Various models were tested regarding different epochs and batch sizes. As shown in Table 6, the results do not improve in the same way across different batch sizes, although an improvement in results was observed as the number of epochs was increased. In the last IFPTML-DEEP-ANN case, where 1000 epochs were tested, better results were obtained, even competitive with the results of the previous linear models. As mentioned in other sections of this work, all these models are available in the web repository.
To perform a visual analysis of the quality parameters of the model developed using the IFPTML-DEEP-ANN technique, Figure 5 shows the change in the loss value as a function of the number of epochs that have been trained.

4.2. Experimental and Computational Case of Study of ChiMA Gel

This case of study has two parts. Firstly, the experimental study of a set of bioprinted ChiMA scaffolds, and the analysis of the taken image. Afterwards, the results obtained with the predictive models will be shown.

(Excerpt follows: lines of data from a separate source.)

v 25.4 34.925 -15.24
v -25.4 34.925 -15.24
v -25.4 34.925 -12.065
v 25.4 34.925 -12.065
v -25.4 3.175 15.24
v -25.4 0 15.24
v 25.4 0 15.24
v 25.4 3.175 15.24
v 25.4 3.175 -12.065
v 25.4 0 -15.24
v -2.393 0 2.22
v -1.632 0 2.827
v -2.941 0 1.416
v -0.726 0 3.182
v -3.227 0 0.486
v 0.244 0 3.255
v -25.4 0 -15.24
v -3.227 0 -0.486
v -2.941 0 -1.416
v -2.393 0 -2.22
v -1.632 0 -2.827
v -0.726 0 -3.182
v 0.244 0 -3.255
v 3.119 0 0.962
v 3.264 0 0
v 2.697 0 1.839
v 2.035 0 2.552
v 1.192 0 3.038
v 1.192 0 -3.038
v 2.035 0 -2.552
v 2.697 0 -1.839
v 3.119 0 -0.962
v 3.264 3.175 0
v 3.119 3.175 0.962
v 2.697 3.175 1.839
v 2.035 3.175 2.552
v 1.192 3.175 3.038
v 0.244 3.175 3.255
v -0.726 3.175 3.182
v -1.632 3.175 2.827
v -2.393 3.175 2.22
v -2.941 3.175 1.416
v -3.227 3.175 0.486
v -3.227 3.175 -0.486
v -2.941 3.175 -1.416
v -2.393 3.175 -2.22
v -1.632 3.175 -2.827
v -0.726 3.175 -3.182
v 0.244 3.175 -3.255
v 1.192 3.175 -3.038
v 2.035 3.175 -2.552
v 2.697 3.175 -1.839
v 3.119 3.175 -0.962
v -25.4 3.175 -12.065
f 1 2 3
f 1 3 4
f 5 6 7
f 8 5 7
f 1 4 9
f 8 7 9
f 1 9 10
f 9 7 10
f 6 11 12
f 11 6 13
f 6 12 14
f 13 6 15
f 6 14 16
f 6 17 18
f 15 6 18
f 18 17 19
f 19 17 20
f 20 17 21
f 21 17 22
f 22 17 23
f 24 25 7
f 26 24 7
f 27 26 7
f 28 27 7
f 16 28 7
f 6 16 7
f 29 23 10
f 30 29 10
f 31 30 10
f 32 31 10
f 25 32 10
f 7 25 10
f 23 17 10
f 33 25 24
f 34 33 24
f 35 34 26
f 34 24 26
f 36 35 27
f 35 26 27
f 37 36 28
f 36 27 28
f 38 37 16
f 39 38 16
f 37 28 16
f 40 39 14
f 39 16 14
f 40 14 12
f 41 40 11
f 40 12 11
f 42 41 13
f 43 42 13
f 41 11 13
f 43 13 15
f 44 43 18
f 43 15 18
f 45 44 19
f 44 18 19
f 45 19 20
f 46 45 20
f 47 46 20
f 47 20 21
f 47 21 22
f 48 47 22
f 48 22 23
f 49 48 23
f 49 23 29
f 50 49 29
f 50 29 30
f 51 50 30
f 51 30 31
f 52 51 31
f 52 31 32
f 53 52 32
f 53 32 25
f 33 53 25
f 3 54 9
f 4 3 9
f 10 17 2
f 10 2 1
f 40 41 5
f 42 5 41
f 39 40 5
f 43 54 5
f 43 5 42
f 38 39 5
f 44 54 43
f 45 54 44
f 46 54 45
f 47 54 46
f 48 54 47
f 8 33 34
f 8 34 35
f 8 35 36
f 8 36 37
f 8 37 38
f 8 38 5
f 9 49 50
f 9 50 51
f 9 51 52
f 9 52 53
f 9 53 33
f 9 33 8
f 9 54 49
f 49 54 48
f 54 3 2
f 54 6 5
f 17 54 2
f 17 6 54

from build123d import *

# Parameters (mm, degrees)
SKETCH1_W           = 50.8
SKETCH1_H           = 30.48
BOSS_EXTRUDE1_DEPTH = 3.175
SKETCH2_W           = 50.8
SKETCH2_H           = 3.175
BOSS_EXTRUDE2_DEPTH = 31.75
SKETCH3_R           = 3.2639
CUT_EXTRUDE1_DEPTH  = 50.8


with BuildPart() as part:
    # Sketch1 → Boss-Extrude1 (new body)
    with BuildSketch(Plane(origin=(0, 0, 0), x_dir=(1, 0, 0), z_dir=(0, 1, 0))):
        Rectangle(SKETCH1_W, SKETCH1_H)
    extrude(amount=BOSS_EXTRUDE1_DEPTH)

    # Sketch2 → Boss-Extrude2 (add)
    with BuildSketch(Plane(origin=(0, 3.175, 0), x_dir=(1, 0, 0), z_dir=(0, 1, 0))):
        with Locations((0, 13.6525)):
            Rectangle(SKETCH2_W, SKETCH2_H)
    extrude(amount=BOSS_EXTRUDE2_DEPTH)

    # Sketch3 → Cut-Extrude1 (cut)
    with BuildSketch(Plane.XZ):
        Circle(SKETCH3_R)
    extrude(amount=-CUT_EXTRUDE1_DEPTH, mode=Mode.SUBTRACT)


solid = part.part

4.2.1. Experimental Characterization of Two New ChiMA and ChiMA + PEGDA Hydrogel

Once a model was obtained to make the predictions (IFTPML-DTC), two hydrogel structures were printed to test the predictions made with the model and the actual results. The 3D printing of the ChiMA and ChiMA + PEGDA hydrogel inks was carried out as described in the corresponding section in the experimental part, obtaining the bioprinted designs shown in the Figure 6. With the photographs of the inks of the ChiMA (Figure 6A) and ChiMA + PEGDA (Figure 6B) the width, length, perimeter, and area of the hydrogel grids were obtained with the ImageJ software as previously described. These data were used to calculate the printability parameters of uniformity and expansion shown in Table 7.
The results obtained from the image analysis and the model can be assumed to be as expected. The model has been trained with a database in which most of the inputs were composed of a single hydrogel, that’s why it was more accurate in making predictions of those experiments that best fit the training data.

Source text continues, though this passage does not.